- **PROBLEM DETAILS**: Pull every line holding the string "Plane" from the records below.

- **RECORDS FOR THE TASK**:
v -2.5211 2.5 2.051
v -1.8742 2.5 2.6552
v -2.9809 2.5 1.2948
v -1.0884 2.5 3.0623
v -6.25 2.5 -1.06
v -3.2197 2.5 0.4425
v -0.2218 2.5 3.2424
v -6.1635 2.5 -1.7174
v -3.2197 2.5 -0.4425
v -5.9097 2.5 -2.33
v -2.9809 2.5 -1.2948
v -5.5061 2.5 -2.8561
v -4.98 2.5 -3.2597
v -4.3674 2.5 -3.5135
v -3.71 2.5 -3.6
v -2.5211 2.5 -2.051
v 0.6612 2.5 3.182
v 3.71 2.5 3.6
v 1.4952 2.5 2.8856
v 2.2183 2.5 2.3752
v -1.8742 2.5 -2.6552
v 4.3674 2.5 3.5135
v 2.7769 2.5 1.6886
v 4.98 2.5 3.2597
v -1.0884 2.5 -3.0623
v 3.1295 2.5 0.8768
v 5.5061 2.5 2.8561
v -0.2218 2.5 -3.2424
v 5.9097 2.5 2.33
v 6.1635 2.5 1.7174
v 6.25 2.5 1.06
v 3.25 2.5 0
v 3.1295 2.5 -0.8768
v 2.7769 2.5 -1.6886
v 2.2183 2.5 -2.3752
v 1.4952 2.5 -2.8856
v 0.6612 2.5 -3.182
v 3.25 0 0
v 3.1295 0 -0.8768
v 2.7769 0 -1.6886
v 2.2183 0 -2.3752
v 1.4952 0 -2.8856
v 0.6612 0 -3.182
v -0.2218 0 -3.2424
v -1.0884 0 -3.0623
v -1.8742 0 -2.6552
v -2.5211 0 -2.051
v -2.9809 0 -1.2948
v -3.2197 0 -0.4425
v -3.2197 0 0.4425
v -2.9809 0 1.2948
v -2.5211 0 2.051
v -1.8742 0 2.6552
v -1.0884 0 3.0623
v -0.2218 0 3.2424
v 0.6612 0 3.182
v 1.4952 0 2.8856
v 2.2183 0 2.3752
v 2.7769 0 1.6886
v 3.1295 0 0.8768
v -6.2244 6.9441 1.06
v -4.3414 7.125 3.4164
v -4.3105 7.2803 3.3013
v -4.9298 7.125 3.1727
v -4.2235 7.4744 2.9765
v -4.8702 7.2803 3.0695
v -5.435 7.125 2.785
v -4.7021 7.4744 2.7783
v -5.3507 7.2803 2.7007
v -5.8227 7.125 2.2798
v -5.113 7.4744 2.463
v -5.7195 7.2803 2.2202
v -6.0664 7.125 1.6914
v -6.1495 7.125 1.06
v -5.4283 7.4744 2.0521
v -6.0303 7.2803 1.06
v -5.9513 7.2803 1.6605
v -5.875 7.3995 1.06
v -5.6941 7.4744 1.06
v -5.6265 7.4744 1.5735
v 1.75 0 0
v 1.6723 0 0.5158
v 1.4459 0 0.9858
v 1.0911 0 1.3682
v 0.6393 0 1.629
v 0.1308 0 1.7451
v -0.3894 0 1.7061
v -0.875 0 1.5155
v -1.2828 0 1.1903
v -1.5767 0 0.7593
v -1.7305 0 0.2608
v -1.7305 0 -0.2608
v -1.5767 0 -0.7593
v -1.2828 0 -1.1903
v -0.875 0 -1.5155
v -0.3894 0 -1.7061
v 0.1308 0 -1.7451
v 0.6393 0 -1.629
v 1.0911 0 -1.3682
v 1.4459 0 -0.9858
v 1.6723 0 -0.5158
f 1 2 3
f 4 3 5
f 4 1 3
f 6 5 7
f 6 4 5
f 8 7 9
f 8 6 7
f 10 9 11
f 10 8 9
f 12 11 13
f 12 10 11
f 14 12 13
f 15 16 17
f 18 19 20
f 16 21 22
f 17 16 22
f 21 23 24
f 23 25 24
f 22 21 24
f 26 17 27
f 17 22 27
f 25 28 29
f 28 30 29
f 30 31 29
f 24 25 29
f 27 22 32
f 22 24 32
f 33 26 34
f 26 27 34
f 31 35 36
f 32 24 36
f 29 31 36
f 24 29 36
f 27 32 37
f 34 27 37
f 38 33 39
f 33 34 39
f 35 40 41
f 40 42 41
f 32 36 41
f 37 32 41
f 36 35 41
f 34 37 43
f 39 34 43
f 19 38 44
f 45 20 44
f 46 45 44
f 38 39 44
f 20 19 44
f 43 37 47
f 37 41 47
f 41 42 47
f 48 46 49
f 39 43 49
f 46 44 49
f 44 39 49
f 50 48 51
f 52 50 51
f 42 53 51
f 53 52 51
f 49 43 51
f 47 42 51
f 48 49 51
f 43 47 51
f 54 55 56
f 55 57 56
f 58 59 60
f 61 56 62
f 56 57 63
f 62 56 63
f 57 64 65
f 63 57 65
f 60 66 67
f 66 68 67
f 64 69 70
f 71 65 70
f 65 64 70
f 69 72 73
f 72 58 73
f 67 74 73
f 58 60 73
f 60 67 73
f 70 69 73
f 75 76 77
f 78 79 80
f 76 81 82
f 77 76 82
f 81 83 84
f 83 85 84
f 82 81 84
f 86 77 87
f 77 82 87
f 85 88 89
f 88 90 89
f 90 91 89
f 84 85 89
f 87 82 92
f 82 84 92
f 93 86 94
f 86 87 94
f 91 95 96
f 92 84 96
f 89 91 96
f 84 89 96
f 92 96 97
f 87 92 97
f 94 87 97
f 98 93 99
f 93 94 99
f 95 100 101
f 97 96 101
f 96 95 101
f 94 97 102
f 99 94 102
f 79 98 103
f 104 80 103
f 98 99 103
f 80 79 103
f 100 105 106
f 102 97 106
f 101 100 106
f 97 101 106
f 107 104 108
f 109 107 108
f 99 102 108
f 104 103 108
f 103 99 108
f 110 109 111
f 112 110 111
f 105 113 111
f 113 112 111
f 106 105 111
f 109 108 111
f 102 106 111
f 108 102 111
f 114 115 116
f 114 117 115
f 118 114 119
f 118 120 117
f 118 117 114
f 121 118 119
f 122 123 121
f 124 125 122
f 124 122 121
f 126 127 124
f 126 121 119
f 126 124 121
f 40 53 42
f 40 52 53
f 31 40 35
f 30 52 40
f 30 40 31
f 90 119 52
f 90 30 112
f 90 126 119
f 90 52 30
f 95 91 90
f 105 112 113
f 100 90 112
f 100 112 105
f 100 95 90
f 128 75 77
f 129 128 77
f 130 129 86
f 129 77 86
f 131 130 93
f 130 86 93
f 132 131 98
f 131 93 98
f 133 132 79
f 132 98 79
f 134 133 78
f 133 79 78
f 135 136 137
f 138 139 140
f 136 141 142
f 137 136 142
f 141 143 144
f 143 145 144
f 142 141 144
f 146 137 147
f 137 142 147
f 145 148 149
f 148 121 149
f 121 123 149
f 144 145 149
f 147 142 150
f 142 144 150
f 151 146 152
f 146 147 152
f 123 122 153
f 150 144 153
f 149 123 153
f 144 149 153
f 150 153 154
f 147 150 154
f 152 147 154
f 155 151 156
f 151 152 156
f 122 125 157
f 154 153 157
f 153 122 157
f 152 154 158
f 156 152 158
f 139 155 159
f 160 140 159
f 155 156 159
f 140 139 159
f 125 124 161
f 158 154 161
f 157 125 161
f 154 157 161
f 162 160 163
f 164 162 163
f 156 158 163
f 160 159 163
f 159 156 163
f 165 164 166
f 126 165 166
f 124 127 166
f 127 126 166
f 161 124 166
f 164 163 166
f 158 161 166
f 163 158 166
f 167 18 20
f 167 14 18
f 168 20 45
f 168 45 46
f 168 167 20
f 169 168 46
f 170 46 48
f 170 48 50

==

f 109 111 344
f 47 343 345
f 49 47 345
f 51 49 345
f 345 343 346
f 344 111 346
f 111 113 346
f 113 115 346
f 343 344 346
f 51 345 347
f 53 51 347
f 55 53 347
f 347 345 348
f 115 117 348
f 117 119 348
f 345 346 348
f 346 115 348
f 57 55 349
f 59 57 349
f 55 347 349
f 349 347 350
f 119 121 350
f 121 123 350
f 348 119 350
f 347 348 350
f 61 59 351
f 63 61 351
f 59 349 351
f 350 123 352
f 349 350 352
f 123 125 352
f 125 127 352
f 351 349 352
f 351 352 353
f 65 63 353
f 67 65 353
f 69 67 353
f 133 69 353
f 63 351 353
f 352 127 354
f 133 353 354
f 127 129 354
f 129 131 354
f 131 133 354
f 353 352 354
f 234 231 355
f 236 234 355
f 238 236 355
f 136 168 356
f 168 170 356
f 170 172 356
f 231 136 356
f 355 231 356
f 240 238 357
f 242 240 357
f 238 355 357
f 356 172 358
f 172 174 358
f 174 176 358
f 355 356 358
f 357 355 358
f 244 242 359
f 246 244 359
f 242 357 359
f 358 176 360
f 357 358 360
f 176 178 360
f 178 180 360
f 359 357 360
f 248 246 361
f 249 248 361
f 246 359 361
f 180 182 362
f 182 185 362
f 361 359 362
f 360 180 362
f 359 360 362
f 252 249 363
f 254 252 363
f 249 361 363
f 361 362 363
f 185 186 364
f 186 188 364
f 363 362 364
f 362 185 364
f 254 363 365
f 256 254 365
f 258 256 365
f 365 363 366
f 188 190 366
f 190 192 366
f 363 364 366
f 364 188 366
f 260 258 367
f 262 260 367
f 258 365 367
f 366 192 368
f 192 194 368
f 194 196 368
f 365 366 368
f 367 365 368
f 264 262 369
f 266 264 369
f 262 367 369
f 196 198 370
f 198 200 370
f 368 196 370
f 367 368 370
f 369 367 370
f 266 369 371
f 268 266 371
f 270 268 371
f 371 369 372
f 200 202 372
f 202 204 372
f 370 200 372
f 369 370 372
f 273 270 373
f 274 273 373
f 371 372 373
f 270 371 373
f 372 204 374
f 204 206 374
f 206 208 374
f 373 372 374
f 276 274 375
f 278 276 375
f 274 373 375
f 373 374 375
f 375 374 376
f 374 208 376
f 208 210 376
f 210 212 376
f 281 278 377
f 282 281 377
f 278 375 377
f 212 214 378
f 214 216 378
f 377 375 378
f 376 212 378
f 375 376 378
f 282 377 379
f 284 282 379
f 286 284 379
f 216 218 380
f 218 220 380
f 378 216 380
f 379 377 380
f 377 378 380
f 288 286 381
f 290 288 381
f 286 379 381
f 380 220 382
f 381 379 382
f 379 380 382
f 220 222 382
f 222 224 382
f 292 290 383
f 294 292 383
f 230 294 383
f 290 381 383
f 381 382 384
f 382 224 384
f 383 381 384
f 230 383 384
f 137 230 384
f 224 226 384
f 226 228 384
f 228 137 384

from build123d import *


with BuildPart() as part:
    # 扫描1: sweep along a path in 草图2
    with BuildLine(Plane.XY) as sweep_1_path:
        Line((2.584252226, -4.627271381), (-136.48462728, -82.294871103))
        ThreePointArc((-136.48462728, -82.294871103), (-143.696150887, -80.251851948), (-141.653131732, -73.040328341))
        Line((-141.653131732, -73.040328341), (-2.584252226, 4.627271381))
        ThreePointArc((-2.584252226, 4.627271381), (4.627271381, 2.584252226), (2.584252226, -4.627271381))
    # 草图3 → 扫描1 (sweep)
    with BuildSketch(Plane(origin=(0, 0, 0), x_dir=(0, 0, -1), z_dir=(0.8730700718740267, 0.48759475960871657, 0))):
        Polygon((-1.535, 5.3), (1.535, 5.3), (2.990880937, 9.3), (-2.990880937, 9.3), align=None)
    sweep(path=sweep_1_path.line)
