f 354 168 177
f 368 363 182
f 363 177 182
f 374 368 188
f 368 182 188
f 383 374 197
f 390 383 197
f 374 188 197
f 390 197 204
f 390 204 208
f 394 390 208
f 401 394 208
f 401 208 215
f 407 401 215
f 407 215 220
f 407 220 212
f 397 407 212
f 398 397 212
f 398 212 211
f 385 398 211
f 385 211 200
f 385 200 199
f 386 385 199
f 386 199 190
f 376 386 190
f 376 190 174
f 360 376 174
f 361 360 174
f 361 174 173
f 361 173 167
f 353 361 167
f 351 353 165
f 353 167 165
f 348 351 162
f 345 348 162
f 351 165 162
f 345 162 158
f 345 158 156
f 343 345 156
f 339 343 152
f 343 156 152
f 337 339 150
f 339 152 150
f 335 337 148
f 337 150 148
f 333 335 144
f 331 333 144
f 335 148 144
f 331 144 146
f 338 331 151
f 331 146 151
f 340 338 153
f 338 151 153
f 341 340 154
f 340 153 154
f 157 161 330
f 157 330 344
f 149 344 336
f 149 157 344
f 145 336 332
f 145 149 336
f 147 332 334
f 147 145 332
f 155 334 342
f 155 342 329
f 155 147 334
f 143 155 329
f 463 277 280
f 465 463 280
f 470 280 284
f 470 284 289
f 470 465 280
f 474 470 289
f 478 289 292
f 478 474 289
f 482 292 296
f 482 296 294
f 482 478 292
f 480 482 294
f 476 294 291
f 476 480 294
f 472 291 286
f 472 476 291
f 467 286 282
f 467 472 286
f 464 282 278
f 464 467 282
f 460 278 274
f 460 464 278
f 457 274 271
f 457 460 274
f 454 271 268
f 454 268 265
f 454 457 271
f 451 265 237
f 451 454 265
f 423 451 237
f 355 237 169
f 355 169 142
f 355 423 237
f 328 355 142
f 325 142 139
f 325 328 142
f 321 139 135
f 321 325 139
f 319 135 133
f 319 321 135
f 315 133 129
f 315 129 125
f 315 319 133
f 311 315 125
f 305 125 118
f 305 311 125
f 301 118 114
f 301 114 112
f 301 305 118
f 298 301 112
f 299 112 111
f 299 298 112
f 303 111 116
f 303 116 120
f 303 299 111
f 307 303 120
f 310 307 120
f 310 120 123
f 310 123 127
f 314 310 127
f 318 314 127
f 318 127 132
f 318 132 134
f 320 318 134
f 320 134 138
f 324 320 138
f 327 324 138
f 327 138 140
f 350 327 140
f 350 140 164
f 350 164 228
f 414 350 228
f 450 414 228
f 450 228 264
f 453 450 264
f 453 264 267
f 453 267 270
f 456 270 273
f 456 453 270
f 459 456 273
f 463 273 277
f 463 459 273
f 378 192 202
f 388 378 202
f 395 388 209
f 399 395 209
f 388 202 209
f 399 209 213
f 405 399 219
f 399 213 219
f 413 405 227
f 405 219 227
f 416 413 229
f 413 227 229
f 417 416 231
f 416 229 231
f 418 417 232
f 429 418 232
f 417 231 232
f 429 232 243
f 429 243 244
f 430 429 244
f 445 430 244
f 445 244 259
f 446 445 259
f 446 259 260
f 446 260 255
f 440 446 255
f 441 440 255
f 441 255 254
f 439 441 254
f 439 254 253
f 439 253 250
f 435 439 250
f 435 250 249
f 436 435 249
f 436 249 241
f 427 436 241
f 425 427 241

- **ANSWER FOR THE TASK**:
    with BuildLine(Plane.XY) as sweep_1_path:
    with BuildSketch(Plane(origin=(0, 0, 0), x_dir=(0, 0, -1), z_dir=(0.8730700718740267, 0.48759475960871657, 0))):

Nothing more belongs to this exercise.